For my whole life (and everyone I have ever talked to) they have been: 

Switch or Turnout. 

For both model trains and the real thing. 
terms used interchangeably, to refer to the same thing. 

Scot 

Scot


----------



## Greg Elmassian (Jan 3, 2008)

People on real railroads call them switches... in england or other places can be called "points" 

Model train people call them switches or turnouts. 

From what I read, in the hobby, "turnout" was chosen so as not to confuse with an electrical switch. 

I see that wikipedia uses the term "turnout" once and then uses "switch"... wikipedia is not a real authority, even though it is becoming better "checked" 

I found a lot of other sites that use the term "turnout" for the real thing, but I did not see any original documents using that term, mostly stuff from hobbyists explaining them. 

I use the terms interchangeably... when I talk to a real railroad man, I use "switch", I use either when talking to a hobbyist. 

Greg 

p.s. It would have been cool to make it a poll to see the results easily though...


----------



## toddalin (Jan 4, 2008)

I call the turnouts "turnouts" and electrical switches "switches" just to avoid confusion.

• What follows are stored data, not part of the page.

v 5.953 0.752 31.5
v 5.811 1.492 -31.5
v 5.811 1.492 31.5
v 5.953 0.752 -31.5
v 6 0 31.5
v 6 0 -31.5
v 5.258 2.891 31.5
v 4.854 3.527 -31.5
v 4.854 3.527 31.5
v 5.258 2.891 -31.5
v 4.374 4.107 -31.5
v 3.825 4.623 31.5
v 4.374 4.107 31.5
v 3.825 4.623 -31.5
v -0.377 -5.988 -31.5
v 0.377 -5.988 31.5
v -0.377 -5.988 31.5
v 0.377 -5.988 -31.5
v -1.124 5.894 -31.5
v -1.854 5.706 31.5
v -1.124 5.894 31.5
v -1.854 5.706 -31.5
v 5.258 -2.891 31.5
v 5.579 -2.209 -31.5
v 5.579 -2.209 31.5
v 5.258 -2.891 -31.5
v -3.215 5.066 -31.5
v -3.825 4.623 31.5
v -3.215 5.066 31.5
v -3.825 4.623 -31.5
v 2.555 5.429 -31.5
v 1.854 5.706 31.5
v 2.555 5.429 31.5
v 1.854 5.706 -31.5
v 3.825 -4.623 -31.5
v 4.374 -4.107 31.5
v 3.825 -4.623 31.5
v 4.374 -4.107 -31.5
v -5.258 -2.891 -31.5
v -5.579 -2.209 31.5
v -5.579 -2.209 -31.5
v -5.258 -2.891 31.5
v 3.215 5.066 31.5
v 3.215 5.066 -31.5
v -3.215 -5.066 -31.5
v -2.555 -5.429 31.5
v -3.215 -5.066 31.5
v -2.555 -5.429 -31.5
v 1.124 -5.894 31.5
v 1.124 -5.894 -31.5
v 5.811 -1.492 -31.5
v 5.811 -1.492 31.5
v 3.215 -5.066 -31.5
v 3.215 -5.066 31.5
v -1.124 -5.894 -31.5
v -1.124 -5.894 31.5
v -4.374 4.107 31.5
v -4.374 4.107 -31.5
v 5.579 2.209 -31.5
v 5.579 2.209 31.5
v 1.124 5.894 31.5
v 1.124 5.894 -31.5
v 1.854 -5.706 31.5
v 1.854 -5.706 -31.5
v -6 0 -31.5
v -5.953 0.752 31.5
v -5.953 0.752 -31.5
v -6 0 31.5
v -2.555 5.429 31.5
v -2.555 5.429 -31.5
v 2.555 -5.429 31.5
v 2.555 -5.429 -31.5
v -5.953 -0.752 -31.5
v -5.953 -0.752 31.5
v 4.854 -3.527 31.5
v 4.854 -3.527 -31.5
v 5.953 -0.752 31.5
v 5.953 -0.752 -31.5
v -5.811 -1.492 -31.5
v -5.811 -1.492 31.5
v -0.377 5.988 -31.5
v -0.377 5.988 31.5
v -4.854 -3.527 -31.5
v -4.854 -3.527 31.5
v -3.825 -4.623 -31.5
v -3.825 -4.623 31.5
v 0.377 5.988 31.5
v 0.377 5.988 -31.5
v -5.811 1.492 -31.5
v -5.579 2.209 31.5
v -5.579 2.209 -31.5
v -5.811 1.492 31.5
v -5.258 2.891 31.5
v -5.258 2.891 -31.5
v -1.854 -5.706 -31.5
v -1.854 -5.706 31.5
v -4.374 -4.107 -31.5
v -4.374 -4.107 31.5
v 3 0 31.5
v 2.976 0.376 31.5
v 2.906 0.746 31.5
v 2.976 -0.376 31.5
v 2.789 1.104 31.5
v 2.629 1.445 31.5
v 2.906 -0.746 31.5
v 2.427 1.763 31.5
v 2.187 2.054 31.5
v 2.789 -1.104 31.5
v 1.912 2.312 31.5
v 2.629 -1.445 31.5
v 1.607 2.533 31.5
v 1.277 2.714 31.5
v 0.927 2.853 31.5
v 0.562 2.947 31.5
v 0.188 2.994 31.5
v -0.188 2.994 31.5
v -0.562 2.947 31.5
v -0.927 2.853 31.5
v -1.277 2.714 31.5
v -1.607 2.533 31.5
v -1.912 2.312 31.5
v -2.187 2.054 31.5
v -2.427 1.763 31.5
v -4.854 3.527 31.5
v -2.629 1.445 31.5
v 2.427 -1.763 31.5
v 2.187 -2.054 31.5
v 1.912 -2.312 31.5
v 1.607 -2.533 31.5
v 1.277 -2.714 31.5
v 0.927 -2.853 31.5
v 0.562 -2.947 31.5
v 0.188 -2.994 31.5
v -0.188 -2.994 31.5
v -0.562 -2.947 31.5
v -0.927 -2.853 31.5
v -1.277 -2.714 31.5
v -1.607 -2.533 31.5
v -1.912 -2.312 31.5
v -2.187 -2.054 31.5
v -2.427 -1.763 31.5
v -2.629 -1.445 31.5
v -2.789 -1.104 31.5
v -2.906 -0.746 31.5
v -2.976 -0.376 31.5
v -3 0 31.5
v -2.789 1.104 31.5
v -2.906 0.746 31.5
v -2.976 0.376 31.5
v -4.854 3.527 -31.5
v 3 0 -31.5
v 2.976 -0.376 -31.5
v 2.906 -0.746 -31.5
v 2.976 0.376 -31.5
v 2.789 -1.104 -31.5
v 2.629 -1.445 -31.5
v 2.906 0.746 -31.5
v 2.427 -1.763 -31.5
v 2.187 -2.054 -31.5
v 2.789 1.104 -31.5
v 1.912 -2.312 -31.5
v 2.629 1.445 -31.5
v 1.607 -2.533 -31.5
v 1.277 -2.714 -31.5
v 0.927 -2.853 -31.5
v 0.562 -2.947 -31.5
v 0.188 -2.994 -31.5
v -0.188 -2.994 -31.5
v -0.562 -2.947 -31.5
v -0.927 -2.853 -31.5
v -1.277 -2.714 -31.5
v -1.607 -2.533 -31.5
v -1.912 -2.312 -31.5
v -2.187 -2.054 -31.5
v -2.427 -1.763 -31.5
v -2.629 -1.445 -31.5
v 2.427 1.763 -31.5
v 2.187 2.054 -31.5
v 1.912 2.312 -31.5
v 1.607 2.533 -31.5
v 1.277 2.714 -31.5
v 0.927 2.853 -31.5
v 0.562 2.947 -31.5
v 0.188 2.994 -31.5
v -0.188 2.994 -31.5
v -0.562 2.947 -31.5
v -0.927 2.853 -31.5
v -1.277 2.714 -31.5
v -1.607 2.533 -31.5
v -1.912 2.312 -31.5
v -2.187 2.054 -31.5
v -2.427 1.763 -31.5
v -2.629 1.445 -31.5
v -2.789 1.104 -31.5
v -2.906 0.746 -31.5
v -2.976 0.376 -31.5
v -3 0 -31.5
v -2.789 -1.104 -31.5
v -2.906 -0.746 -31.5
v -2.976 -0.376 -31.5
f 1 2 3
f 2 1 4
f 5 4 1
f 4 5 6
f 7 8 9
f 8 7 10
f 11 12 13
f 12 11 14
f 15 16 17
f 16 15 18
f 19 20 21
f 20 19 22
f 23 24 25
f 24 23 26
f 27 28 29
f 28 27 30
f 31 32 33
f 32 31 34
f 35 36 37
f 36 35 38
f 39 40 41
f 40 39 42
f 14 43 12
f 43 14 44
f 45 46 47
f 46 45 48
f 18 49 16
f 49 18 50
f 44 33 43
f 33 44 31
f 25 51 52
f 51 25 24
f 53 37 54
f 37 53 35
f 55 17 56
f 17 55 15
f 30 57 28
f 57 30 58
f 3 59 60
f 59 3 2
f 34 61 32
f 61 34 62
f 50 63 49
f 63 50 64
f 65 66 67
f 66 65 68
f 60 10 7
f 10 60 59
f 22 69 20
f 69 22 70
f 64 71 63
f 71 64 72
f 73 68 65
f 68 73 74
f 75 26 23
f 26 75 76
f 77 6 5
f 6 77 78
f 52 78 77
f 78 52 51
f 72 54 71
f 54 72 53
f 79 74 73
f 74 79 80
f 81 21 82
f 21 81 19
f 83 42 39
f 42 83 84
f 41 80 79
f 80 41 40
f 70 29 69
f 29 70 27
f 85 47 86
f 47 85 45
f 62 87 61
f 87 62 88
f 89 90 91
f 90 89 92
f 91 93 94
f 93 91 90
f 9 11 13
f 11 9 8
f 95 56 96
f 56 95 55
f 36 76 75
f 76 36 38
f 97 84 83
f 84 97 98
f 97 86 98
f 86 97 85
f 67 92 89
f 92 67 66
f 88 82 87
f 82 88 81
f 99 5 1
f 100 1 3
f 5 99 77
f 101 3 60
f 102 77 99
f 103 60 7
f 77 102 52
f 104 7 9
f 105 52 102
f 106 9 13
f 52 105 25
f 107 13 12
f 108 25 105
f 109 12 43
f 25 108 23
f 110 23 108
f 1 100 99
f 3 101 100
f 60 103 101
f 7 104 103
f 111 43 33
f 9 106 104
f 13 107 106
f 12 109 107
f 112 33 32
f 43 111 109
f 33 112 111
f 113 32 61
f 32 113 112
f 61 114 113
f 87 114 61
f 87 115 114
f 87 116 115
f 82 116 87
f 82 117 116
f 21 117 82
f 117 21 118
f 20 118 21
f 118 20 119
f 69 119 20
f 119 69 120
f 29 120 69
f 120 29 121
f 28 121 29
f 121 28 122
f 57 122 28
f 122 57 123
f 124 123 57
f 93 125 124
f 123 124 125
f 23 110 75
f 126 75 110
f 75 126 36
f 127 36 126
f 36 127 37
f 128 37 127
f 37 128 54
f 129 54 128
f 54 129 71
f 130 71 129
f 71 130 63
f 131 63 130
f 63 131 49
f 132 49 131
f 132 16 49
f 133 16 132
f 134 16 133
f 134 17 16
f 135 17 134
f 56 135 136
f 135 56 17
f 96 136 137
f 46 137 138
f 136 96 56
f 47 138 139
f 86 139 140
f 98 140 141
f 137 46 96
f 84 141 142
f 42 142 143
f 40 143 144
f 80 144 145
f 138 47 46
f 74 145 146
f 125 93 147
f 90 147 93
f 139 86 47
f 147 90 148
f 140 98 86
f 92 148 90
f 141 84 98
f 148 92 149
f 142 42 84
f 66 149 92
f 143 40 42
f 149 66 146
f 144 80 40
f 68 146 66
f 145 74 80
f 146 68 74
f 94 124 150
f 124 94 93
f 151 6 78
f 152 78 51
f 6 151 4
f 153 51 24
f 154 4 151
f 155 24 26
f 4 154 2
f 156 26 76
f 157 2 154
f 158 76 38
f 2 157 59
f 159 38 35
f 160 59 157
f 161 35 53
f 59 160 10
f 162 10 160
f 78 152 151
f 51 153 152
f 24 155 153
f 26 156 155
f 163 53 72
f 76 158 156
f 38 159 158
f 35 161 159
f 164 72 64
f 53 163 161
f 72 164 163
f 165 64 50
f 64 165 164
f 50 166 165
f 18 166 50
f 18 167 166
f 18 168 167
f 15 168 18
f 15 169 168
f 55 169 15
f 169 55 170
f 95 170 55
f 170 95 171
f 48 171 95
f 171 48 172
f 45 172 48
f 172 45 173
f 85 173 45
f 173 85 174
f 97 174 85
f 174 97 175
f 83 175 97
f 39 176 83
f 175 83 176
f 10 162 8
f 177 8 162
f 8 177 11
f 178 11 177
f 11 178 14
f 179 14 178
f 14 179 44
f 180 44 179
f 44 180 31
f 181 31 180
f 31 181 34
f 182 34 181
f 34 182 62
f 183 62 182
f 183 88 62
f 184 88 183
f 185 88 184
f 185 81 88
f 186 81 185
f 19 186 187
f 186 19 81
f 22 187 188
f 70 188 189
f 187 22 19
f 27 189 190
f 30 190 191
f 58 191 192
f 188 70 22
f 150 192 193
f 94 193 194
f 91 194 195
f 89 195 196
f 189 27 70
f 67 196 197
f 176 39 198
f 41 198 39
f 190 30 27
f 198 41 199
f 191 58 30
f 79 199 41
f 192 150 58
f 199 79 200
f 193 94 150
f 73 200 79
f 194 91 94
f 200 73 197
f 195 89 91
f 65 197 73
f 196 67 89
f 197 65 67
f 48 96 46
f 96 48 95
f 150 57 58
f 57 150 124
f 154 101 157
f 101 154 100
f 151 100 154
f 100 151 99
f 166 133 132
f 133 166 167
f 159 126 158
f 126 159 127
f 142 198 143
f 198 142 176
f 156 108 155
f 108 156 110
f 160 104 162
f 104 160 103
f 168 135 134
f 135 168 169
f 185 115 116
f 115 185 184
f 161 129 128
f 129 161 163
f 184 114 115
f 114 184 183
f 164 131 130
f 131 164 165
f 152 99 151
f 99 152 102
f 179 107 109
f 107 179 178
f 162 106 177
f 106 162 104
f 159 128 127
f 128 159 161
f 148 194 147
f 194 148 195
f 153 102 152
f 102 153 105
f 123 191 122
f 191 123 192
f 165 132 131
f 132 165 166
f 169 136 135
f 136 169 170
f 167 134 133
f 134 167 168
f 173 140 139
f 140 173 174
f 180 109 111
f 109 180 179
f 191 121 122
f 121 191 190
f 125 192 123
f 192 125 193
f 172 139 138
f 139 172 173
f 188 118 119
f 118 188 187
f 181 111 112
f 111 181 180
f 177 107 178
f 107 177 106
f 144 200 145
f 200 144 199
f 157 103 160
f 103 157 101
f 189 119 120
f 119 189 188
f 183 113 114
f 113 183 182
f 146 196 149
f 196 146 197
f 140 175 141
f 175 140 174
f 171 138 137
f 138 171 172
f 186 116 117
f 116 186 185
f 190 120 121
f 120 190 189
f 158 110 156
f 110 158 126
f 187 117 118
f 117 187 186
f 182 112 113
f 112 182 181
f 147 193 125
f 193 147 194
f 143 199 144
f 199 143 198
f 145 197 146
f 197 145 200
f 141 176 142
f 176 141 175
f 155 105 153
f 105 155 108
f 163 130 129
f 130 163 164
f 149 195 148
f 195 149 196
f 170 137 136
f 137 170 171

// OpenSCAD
$fn = 50;


difference() {
	union() {
		translate(v = [0, 0, -31.5000000000]) {
			cylinder(h = 63, r = 6.0000000000);
		}
	}
	union() {
		translate(v = [0, 0, -100.0000000000]) {
			cylinder(h = 200, r = 3.0000000000);
		}
	}
}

But a train may be "switched" from one line to another. Nobody says a train is "turned out" from one line to another.


----------



## Semper Vaporo (Jan 2, 2008)

Posted By Greg Elmassian on 17 Oct 2011 12:58 PM 
People on real railroads call them switches... in england or other places can be called "points" 

Model train people call them switches or turnouts. 

From what I read, in the hobby, "turnout" was chosen so as not to confuse with an electrical switch. 

I see that wikipedia uses the term "turnout" once and then uses "switch"... wikipedia is not a real authority, even though it is becoming better "checked" 

I found a lot of other sites that use the term "turnout" for the real thing, but I did not see any original documents using that term, mostly stuff from hobbyists explaining them. 

I use the terms interchangeably... when I talk to a real railroad man, I use "switch", I use either when talking to a hobbyist. 

Greg 

p.s. It would have been cool to make it a poll to see the results easily though... 



I agree, Greg.

I think that over the years the two terms has swapped as to which discipline prefers which term. It used to be that Model Railroaders used the term "Turnouts" (probably to avoid confusion with electrical switches) and Real Railroaders used "Switchs". But just recently on the Trains dot com forum I read a post from a Real Railroader and he belittled the Modelers for using the term "Switch" because "real railroaders call them Turnouts". 

And Bad means Good and Good means Bad; white is black, black is white... all praise Big Brother... errr, wait, that was back in 1984...


----------



## bnsfconductor (Jan 3, 2008)

Posted By Greg Elmassian on 17 Oct 2011 12:58 PM 
People on real railroads call them switches... in england or other places can be called "points" 

Model train people call them switches or turnouts. 

From what I read, in the hobby, "turnout" was chosen so as not to confuse with an electrical switch. 

I see that wikipedia uses the term "turnout" once and then uses "switch"... wikipedia is not a real authority, even though it is becoming better "checked" 

I found a lot of other sites that use the term "turnout" for the real thing, but I did not see any original documents using that term, mostly stuff from hobbyists explaining them. 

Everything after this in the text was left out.